Tuesday, 28 October 2014

Changsha Zinc Factory

As Chinese cities expand and build endless flats and shopping and entertainment centres, its older buildings are usually demolished without ceremony.

Occasional relics of industrial heritage remain though, including this fantastic factory which I spotted out cycling recently.

Someone helped translate these internal entrance signs - it's Changsha Zinc Company.

China is the world's biggest producer of the stuff, and the smelting process creates significant heavy metal pollution.

Not knowing much Chinese, it's been pretty hard to gain any specific history on the place. The original signs are in traditional Chinese script - mainland China moved to simplified Chinese after 1952 so it must have been built before then.
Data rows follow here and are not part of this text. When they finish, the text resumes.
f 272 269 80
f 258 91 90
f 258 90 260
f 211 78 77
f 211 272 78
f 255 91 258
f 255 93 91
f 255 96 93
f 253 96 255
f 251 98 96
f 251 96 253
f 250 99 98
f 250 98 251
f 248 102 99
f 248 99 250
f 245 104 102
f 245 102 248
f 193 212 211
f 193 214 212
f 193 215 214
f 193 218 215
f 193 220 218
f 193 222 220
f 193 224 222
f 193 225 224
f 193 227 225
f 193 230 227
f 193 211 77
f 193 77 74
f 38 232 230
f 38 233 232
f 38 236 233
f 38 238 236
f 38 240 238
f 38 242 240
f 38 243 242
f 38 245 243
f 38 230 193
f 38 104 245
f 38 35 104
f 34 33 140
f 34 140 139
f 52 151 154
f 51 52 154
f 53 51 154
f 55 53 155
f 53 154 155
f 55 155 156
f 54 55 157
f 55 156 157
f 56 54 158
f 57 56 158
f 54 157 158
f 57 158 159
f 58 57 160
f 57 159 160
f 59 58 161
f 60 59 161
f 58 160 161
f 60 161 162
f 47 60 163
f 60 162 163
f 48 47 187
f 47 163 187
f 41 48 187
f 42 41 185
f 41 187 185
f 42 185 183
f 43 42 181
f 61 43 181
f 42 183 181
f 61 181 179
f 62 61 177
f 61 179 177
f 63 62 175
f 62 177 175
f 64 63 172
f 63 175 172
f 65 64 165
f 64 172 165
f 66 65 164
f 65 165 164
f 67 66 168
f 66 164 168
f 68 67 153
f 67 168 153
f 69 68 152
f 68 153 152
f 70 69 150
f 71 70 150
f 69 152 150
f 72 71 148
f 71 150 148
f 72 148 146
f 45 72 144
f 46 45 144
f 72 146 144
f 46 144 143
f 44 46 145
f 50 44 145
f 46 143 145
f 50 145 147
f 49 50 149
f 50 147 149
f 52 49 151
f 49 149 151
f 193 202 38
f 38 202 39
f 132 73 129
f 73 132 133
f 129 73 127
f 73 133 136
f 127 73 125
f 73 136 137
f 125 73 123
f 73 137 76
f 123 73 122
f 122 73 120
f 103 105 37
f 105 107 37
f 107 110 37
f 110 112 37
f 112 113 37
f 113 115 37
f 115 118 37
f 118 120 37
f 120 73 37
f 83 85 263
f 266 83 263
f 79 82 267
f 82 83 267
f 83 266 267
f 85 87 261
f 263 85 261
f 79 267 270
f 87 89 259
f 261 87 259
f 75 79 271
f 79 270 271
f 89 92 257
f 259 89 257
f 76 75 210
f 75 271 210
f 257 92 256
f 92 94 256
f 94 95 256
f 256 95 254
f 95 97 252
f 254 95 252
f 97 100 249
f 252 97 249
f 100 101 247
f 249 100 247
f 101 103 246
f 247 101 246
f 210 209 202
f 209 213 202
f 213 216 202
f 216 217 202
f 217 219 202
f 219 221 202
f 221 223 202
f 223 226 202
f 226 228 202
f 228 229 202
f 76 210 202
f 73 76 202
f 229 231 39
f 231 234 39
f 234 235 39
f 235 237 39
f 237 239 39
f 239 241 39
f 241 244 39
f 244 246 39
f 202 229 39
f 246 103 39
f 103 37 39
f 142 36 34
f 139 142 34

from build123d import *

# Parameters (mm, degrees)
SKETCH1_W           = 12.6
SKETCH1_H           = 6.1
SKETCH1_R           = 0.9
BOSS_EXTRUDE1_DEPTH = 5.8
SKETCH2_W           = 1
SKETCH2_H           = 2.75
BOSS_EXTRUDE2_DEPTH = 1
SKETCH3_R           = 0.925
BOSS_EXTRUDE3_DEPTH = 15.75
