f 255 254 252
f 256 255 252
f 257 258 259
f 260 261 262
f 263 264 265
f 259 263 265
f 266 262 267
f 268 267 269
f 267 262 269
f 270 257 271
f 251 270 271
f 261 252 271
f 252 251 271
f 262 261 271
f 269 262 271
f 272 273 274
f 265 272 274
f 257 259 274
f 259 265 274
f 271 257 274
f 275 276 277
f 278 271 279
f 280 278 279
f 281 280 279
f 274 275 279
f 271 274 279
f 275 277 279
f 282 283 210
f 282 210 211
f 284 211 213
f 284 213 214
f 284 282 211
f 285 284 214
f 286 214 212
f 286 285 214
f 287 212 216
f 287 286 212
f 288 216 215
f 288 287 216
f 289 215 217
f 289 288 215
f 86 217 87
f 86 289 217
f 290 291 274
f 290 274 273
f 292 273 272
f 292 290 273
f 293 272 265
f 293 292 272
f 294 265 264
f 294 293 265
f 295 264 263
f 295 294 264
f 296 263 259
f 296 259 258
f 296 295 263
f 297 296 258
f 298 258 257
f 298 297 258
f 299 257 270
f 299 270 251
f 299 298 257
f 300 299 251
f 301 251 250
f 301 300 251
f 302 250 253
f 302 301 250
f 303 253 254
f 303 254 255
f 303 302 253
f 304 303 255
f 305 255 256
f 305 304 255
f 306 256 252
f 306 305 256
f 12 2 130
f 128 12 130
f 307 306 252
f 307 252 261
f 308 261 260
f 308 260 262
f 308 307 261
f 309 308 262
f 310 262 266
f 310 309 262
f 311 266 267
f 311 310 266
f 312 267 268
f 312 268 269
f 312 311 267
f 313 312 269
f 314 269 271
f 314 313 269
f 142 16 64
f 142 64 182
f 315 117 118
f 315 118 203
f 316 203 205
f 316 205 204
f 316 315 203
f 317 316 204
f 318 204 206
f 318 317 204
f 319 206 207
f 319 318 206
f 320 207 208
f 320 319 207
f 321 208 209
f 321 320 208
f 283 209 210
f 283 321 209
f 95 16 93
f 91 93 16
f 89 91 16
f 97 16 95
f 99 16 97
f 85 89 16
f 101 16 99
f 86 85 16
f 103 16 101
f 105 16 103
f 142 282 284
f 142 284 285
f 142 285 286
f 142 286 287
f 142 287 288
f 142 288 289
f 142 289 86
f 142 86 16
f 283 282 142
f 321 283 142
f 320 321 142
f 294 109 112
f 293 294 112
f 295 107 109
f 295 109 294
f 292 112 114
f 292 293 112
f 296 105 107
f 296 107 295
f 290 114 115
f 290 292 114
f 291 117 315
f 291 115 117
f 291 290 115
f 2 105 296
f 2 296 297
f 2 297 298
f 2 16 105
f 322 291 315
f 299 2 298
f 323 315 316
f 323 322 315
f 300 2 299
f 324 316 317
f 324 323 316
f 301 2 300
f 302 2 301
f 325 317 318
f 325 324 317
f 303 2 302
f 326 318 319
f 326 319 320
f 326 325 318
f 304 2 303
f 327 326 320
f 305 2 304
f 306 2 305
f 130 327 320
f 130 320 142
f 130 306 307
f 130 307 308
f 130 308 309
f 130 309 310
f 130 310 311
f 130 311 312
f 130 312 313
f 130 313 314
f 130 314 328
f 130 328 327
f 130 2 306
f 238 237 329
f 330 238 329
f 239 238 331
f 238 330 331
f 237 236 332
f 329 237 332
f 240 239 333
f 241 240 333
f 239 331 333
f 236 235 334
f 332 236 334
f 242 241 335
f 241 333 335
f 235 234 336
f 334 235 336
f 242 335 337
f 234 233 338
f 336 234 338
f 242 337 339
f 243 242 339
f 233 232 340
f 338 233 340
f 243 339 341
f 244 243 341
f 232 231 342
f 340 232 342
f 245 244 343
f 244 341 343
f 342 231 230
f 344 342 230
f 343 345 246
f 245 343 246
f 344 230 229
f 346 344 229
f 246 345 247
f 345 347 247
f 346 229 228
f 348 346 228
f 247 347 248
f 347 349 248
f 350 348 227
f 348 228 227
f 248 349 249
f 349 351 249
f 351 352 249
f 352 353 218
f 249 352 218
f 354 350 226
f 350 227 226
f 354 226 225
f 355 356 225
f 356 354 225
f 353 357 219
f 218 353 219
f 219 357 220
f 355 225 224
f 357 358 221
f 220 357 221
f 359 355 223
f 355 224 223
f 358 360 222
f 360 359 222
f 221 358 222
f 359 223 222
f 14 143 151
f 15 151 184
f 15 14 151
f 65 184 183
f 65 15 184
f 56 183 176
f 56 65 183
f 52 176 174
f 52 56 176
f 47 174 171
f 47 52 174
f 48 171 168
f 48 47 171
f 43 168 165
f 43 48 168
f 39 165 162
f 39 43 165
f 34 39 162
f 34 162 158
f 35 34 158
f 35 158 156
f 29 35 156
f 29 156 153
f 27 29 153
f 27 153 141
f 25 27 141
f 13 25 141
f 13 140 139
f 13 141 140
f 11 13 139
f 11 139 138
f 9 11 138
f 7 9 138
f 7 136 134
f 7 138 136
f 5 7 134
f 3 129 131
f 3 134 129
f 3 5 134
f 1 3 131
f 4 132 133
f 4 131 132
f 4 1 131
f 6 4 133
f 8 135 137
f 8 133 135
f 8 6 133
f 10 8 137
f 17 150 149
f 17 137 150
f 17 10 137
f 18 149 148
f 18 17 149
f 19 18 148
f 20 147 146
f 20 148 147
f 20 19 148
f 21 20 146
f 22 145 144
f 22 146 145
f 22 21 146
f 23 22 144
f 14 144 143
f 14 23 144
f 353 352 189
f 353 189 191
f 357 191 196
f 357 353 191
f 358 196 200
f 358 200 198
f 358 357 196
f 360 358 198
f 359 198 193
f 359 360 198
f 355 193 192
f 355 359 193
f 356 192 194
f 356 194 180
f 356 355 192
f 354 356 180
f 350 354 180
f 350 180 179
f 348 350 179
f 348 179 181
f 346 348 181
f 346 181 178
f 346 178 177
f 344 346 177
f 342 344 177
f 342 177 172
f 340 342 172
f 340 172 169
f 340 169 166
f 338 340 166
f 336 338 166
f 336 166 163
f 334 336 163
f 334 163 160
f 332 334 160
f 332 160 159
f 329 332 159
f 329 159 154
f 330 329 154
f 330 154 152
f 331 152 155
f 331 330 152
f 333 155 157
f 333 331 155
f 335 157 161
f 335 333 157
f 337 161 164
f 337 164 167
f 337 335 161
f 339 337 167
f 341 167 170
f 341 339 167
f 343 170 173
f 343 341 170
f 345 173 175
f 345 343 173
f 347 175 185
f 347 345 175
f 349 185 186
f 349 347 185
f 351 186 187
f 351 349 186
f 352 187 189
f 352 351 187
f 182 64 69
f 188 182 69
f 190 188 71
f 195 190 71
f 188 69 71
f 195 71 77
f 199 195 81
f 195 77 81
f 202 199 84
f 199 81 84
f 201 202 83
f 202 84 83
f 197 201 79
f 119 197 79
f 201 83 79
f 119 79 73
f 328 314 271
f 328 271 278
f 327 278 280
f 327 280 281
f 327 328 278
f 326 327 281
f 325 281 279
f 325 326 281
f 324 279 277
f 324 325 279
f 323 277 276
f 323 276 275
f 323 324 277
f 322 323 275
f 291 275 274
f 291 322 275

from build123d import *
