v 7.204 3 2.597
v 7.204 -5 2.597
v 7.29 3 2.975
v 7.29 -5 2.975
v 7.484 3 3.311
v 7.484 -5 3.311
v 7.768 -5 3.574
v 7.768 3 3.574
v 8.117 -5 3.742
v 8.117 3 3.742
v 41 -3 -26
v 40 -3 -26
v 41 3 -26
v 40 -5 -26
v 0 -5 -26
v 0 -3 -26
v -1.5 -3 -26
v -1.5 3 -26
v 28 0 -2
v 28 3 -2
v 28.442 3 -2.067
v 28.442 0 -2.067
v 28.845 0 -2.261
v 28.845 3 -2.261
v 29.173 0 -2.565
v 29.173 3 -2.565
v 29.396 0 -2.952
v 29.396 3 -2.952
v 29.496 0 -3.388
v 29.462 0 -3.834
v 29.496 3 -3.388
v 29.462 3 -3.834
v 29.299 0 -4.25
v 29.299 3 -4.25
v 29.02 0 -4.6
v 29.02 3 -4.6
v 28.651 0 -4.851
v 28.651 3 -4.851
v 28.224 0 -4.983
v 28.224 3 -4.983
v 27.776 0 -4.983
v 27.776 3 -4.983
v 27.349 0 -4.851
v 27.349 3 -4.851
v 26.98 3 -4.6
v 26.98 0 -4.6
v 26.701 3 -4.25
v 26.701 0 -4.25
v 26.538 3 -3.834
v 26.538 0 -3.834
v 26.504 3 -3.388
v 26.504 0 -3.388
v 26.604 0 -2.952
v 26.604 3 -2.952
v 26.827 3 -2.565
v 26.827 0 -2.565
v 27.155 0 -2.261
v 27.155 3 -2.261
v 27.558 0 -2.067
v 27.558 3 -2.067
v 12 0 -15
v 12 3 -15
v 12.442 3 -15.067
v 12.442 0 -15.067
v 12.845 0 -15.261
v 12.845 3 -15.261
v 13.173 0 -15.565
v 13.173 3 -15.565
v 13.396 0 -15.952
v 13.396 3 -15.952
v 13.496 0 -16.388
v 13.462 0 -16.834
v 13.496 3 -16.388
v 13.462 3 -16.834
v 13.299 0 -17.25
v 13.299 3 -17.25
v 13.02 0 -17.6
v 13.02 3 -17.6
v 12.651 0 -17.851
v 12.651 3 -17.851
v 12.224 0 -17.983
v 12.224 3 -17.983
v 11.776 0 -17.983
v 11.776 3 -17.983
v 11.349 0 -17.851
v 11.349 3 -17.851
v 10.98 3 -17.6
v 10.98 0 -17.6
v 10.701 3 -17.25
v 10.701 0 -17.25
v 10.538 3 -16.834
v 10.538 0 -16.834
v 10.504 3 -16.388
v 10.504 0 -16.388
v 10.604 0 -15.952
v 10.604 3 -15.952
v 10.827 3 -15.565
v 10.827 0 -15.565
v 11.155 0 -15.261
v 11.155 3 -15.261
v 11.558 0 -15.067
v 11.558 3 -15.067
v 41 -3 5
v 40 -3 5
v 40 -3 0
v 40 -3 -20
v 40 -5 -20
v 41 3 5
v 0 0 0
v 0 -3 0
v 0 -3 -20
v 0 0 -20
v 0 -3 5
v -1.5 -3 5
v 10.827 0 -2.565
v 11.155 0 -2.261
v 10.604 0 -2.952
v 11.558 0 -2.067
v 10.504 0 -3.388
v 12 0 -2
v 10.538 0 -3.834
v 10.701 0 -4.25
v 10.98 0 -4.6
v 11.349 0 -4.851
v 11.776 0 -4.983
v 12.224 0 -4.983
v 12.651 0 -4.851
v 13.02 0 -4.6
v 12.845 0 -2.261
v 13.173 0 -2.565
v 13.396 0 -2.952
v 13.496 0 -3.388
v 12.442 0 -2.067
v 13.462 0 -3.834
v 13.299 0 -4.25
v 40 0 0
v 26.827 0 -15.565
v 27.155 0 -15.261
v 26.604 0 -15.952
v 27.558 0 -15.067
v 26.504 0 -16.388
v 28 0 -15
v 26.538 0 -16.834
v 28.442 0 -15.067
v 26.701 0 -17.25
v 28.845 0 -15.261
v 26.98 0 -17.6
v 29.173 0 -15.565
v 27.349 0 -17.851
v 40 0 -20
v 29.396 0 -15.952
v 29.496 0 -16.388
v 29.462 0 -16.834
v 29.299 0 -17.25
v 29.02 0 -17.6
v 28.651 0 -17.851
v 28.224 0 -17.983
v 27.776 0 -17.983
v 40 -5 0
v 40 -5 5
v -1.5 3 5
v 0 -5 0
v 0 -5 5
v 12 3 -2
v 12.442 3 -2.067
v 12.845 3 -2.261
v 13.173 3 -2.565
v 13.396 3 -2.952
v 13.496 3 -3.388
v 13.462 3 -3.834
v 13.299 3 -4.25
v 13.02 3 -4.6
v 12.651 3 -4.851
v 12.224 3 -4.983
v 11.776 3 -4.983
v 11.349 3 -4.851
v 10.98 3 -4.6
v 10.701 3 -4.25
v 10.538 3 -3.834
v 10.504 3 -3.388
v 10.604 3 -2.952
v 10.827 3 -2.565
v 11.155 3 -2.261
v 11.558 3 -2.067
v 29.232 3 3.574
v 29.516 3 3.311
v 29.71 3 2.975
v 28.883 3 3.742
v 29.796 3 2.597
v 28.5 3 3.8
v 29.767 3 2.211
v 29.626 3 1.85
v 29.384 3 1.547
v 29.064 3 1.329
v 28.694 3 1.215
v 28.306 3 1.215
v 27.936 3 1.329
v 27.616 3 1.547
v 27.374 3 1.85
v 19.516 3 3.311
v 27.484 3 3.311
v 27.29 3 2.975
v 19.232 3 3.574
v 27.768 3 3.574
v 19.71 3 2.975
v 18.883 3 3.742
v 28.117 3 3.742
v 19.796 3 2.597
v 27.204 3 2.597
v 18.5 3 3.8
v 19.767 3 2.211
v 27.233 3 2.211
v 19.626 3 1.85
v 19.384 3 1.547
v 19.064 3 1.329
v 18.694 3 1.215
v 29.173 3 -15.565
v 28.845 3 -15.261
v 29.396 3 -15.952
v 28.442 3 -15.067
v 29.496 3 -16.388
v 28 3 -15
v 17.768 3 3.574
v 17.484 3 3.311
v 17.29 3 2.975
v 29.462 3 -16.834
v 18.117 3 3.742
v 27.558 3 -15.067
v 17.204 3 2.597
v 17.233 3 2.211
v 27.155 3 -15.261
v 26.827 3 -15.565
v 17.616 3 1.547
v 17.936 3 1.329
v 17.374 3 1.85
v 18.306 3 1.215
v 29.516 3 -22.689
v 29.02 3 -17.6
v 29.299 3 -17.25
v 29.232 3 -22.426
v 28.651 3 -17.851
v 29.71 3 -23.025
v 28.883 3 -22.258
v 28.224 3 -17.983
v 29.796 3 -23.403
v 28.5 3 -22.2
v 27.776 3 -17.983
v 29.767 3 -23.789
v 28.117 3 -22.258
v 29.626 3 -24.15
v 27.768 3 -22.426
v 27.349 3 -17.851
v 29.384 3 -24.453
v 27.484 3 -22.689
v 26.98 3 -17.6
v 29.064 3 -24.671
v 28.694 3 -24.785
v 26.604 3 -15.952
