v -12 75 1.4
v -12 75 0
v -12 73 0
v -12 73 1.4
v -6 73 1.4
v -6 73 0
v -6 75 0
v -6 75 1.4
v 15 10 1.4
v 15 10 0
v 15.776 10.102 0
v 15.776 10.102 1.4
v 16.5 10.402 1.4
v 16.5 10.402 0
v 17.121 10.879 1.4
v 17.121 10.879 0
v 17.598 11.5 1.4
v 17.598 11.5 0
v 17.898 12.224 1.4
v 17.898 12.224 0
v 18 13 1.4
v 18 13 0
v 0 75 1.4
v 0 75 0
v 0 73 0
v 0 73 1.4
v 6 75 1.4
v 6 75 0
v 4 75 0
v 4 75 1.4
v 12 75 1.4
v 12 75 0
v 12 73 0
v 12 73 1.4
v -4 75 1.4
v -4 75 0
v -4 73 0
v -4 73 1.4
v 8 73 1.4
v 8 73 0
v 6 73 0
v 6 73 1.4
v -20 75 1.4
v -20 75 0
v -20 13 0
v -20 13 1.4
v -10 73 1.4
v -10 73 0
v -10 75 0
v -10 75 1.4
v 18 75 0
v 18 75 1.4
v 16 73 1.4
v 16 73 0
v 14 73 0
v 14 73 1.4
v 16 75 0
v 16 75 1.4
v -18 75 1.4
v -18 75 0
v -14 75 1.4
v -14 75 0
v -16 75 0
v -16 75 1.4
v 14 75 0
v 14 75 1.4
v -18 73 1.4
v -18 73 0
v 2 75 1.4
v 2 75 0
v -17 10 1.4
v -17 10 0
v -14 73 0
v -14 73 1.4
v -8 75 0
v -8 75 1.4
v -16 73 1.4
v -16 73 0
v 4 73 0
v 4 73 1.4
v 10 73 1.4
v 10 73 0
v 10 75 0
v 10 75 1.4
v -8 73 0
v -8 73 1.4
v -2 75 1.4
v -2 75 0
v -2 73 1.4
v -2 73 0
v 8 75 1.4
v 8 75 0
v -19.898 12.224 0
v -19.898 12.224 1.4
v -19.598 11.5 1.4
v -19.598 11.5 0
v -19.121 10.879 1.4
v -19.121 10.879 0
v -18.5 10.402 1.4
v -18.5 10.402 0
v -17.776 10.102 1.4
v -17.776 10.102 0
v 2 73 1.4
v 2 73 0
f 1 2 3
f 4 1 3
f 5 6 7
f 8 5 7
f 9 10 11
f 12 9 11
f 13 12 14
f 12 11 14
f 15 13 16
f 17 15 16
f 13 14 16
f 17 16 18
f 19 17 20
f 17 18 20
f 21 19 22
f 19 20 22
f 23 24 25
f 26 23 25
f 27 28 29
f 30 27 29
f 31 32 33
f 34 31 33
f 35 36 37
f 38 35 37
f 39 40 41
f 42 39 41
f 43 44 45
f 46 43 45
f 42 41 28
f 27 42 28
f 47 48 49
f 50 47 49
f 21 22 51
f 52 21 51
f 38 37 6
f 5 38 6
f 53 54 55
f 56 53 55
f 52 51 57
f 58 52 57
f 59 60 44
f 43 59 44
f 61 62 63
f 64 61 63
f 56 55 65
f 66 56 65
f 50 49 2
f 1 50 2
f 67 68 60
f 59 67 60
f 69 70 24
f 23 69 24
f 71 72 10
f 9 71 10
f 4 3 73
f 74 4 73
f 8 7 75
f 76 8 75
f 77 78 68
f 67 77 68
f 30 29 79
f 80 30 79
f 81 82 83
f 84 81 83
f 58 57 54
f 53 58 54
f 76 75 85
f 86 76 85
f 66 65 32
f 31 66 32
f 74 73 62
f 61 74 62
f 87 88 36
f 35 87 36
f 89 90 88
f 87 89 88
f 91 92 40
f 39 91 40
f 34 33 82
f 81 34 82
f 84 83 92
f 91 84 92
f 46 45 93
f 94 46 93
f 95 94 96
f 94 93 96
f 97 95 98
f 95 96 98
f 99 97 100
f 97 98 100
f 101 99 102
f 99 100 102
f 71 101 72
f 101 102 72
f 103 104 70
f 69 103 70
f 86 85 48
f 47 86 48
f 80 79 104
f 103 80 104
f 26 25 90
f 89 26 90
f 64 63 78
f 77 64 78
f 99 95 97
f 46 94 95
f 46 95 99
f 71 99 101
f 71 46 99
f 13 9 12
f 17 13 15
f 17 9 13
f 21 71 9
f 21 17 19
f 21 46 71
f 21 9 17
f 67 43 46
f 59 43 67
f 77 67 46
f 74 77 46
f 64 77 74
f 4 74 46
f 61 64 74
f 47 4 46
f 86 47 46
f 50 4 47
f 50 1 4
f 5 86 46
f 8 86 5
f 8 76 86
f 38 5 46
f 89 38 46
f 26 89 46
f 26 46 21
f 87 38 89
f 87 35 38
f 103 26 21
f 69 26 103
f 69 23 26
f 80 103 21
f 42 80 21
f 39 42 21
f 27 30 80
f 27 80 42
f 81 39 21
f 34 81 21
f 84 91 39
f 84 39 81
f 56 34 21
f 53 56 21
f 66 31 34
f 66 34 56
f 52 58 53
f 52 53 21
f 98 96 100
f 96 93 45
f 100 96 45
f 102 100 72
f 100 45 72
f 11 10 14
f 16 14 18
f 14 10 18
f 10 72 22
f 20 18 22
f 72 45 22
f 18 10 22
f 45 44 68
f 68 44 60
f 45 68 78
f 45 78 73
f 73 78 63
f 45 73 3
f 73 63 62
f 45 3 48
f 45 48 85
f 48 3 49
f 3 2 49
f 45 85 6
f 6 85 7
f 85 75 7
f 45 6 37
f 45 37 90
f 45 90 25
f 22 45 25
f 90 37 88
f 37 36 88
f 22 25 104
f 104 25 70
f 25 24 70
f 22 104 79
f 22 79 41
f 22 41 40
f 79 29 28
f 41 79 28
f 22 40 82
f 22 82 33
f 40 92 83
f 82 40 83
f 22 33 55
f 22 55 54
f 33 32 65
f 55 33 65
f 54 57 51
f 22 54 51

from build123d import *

# Parameters (mm, degrees)
F1_DEPTH = 1.4


with BuildPart() as f1:
    # F0 (on Top) → F1 (new body)
    with BuildSketch(Plane.XY):
        with BuildLine():
            Line((-18, 75), (-20, 75))
            Line((-20, 75), (-20, 73))
            Line((-20, 73), (-20, 13))
            ThreePointArc((-20, 13), (-19.12132, 10.87868), (-17, 10))
            Line((-17, 10), (-13, 10))
            Line((-13, 10), (13, 10))
            Line((13, 10), (15, 10))
            ThreePointArc((15, 10), (17.12132, 10.87868), (18, 13))
            Line((18, 13), (18, 73))
            Line((18, 73), (18, 75))
            Line((18, 75), (16, 75))
            Line((16, 75), (16, 73))
            Line((16, 73), (14, 73))
            Line((14, 73), (14, 75))
            Line((14, 75), (12, 75))
            Line((12, 75), (12, 73))
            Line((12, 73), (10, 73))
            Line((10, 73), (10, 75))
            Line((10, 75), (8, 75))
            Line((8, 75), (8, 73))
            Line((8, 73), (6, 73))
            Line((6, 73), (6, 75))
            Line((6, 75), (4, 75))
            Line((4, 75), (4, 73))
            Line((4, 73), (2, 73))
            Line((2, 73), (2, 75))
            Line((2, 75), (0, 75))
            Line((0, 75), (0, 73))
            Line((0, 73), (-2, 73))
            Line((-2, 73), (-2, 75))
            Line((-2, 75), (-4, 75))
            Line((-4, 75), (-4, 73))
            Line((-4, 73), (-6, 73))
            Line((-6, 73), (-6, 75))
            Line((-6, 75), (-8, 75))
            Line((-8, 75), (-8, 73))
            Line((-8, 73), (-10, 73))
            Line((-10, 73), (-10, 75))
            Line((-10, 75), (-12, 75))
            Line((-12, 75), (-12, 73))
            Line((-12, 73), (-14, 73))
            Line((-14, 73), (-14, 75))
            Line((-14, 75), (-16, 75))
            Line((-16, 75), (-16, 73))
            Line((-16, 73), (-18, 73))
            Line((-18, 73), (-18, 75))
        make_face()
    extrude(amount=F1_DEPTH)


solid = f1.part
From the state of decay and rust it probably closed well over 20 years ago.

What was found was a whole quarter of abandoned heavy industry - furnaces, tanks, pipes, shafts, silos, stores - all rusting away.

Near the entry point, an old bus next to some workshop/store buildings

En route to the main factory area

This room was beaut.

Raw materials must have come up this shaft into the above room.

Room at the end of the shaft - looks like this is where the material originated.

Approaching the core factory workings

Note the ionizing radioactivity hazard signs - cause for some consternation

Unknown device

Pushed a door which clicked open - this room felt as if it'd not been entered in decades.

Looking back from the far side - water works in the foreground.

Thanks for reading!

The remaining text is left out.